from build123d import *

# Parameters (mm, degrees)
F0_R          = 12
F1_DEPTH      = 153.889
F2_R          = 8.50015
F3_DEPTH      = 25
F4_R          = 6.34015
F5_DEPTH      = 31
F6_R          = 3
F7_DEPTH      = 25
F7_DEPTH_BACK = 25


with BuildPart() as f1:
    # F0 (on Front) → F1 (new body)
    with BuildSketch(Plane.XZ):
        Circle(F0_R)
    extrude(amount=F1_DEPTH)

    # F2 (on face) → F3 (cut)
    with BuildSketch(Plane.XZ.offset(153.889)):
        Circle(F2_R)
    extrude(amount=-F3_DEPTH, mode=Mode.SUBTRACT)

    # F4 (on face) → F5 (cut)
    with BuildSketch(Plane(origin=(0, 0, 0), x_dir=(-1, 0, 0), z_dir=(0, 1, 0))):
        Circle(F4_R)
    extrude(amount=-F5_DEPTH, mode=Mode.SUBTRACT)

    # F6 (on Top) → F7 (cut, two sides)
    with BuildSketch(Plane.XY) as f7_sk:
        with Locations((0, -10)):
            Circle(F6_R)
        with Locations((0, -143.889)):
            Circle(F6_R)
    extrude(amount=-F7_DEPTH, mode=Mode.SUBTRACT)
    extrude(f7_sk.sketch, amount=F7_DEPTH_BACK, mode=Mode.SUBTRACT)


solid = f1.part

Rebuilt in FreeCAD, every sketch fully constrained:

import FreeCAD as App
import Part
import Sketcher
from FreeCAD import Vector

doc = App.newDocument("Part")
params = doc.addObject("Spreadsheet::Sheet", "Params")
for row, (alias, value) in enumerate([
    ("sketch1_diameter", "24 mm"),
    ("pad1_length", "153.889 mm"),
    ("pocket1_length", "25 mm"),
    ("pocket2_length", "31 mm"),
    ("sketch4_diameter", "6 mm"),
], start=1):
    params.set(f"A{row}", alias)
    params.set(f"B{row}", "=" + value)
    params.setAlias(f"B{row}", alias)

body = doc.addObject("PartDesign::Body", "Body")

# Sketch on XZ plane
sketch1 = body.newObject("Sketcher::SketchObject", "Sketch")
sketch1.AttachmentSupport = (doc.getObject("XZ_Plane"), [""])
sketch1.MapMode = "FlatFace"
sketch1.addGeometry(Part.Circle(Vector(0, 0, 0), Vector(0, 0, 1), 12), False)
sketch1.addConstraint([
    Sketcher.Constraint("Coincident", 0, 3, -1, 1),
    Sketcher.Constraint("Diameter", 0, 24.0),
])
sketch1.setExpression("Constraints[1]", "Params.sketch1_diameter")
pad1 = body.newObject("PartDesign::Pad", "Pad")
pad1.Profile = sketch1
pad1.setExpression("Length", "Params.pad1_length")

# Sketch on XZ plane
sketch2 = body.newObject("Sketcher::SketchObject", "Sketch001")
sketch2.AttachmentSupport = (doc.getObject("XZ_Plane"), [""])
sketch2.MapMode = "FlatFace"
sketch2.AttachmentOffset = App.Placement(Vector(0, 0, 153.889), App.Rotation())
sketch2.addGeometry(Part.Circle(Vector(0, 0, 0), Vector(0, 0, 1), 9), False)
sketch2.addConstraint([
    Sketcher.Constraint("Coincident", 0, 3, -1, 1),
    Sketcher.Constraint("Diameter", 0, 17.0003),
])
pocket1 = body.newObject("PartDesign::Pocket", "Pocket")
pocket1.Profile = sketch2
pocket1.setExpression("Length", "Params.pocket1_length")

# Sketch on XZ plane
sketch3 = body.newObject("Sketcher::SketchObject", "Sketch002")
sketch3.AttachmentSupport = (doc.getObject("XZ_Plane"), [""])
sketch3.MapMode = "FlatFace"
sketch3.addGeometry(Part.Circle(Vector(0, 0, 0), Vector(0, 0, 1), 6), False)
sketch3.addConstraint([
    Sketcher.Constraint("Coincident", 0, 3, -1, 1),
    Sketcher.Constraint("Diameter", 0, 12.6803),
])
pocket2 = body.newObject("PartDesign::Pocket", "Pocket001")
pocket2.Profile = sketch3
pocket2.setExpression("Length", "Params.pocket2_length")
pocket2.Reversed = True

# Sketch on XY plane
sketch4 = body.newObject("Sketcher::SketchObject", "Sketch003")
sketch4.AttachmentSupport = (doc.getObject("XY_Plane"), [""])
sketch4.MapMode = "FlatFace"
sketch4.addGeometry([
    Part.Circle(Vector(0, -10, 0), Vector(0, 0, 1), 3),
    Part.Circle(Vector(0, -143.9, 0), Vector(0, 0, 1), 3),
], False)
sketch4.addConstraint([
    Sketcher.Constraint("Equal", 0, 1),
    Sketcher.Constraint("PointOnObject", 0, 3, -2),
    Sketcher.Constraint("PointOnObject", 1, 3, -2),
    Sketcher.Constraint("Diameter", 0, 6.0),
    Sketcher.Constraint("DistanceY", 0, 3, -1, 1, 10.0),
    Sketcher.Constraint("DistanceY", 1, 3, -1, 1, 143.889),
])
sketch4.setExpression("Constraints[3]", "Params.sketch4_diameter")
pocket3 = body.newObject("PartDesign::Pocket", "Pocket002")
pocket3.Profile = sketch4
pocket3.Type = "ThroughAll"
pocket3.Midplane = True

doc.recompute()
· · · · ·
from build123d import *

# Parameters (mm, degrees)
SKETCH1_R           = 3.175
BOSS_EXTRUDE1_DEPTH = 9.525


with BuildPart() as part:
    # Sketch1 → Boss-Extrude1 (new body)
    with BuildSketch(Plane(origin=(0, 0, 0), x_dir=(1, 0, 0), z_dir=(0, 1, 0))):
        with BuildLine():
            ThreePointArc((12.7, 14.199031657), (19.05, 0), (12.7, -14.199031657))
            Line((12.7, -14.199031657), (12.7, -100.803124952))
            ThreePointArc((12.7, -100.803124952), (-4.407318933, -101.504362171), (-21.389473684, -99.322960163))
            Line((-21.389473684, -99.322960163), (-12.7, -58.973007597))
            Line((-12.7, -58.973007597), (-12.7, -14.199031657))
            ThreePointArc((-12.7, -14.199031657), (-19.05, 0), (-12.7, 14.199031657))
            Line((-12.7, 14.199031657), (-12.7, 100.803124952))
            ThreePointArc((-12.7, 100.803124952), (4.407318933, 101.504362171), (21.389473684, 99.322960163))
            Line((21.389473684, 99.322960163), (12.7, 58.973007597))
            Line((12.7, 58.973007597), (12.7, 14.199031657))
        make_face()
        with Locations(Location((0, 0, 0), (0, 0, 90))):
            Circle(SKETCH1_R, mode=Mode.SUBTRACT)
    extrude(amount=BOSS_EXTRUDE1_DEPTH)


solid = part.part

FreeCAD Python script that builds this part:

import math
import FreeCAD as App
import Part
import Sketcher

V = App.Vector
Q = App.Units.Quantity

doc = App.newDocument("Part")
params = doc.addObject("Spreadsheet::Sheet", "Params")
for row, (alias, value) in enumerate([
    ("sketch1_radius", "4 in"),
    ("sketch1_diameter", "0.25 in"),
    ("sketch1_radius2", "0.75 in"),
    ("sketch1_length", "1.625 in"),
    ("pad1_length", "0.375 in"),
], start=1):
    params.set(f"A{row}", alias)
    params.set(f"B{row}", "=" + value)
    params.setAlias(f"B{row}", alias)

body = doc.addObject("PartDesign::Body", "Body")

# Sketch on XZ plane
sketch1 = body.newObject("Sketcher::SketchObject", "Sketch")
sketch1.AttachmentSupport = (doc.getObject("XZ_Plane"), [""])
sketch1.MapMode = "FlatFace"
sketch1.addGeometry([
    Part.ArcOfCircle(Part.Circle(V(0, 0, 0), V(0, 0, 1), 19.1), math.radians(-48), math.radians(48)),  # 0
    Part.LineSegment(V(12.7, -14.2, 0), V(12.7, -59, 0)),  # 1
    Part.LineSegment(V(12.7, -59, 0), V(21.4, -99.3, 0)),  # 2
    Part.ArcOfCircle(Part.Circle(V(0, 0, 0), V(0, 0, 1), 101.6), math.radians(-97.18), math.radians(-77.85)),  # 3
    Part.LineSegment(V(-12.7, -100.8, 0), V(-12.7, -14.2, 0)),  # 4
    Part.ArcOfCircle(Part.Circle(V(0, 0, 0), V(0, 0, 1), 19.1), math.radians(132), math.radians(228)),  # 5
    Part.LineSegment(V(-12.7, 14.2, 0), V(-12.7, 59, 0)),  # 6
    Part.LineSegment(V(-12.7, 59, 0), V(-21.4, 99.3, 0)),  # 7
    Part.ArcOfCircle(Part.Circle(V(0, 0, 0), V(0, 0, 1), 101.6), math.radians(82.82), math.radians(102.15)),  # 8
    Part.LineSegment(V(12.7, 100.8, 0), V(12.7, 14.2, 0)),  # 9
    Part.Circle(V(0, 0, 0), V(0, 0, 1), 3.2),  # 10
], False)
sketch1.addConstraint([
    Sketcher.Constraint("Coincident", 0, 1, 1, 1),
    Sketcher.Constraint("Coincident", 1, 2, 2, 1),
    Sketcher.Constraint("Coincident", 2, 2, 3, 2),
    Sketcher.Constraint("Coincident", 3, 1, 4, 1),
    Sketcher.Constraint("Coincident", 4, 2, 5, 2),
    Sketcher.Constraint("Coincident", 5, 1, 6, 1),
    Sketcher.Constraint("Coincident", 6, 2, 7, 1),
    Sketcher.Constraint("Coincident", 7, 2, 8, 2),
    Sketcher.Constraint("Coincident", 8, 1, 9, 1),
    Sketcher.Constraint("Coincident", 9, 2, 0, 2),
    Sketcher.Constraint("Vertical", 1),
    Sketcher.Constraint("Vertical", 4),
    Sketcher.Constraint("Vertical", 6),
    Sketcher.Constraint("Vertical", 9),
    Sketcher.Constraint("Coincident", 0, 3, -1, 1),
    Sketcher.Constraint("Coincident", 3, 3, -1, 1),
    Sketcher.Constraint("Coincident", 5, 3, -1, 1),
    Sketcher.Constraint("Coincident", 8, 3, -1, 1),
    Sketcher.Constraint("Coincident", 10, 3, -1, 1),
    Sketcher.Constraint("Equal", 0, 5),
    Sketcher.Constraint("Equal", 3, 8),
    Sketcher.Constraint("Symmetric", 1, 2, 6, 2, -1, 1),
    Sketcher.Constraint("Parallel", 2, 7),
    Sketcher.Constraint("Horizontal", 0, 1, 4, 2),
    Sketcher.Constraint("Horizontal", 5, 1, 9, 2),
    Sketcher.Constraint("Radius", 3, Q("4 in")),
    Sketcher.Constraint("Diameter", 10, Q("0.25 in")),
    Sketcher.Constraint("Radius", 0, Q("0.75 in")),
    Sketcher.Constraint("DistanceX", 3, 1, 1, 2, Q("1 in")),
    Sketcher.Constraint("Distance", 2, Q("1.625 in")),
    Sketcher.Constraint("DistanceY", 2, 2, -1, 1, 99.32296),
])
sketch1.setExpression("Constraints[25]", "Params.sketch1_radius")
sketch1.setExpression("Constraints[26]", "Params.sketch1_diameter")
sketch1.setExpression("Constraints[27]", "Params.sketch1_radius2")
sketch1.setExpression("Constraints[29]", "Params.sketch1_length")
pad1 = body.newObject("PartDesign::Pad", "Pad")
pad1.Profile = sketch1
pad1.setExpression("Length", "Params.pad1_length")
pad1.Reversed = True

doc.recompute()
· · · · ·
Please give back exactly the lines of the listing above that run from the one containing "# F0 (on Front) → F1 (new body)" through the one containing "Rebuilt in FreeCAD, every", and only those.

    # F0 (on Front) → F1 (new body)
    with BuildSketch(Plane.XZ):
        Circle(F0_R)
    extrude(amount=F1_DEPTH)

    # F2 (on face) → F3 (cut)
    with BuildSketch(Plane.XZ.offset(153.889)):
        Circle(F2_R)
    extrude(amount=-F3_DEPTH, mode=Mode.SUBTRACT)

    # F4 (on face) → F5 (cut)
    with BuildSketch(Plane(origin=(0, 0, 0), x_dir=(-1, 0, 0), z_dir=(0, 1, 0))):
        Circle(F4_R)
    extrude(amount=-F5_DEPTH, mode=Mode.SUBTRACT)

    # F6 (on Top) → F7 (cut, two sides)
    with BuildSketch(Plane.XY) as f7_sk:
        with Locations((0, -10)):
            Circle(F6_R)
        with Locations((0, -143.889)):
            Circle(F6_R)
    extrude(amount=-F7_DEPTH, mode=Mode.SUBTRACT)
    extrude(f7_sk.sketch, amount=F7_DEPTH_BACK, mode=Mode.SUBTRACT)


solid = f1.part

Rebuilt in FreeCAD, every sketch fully constrained:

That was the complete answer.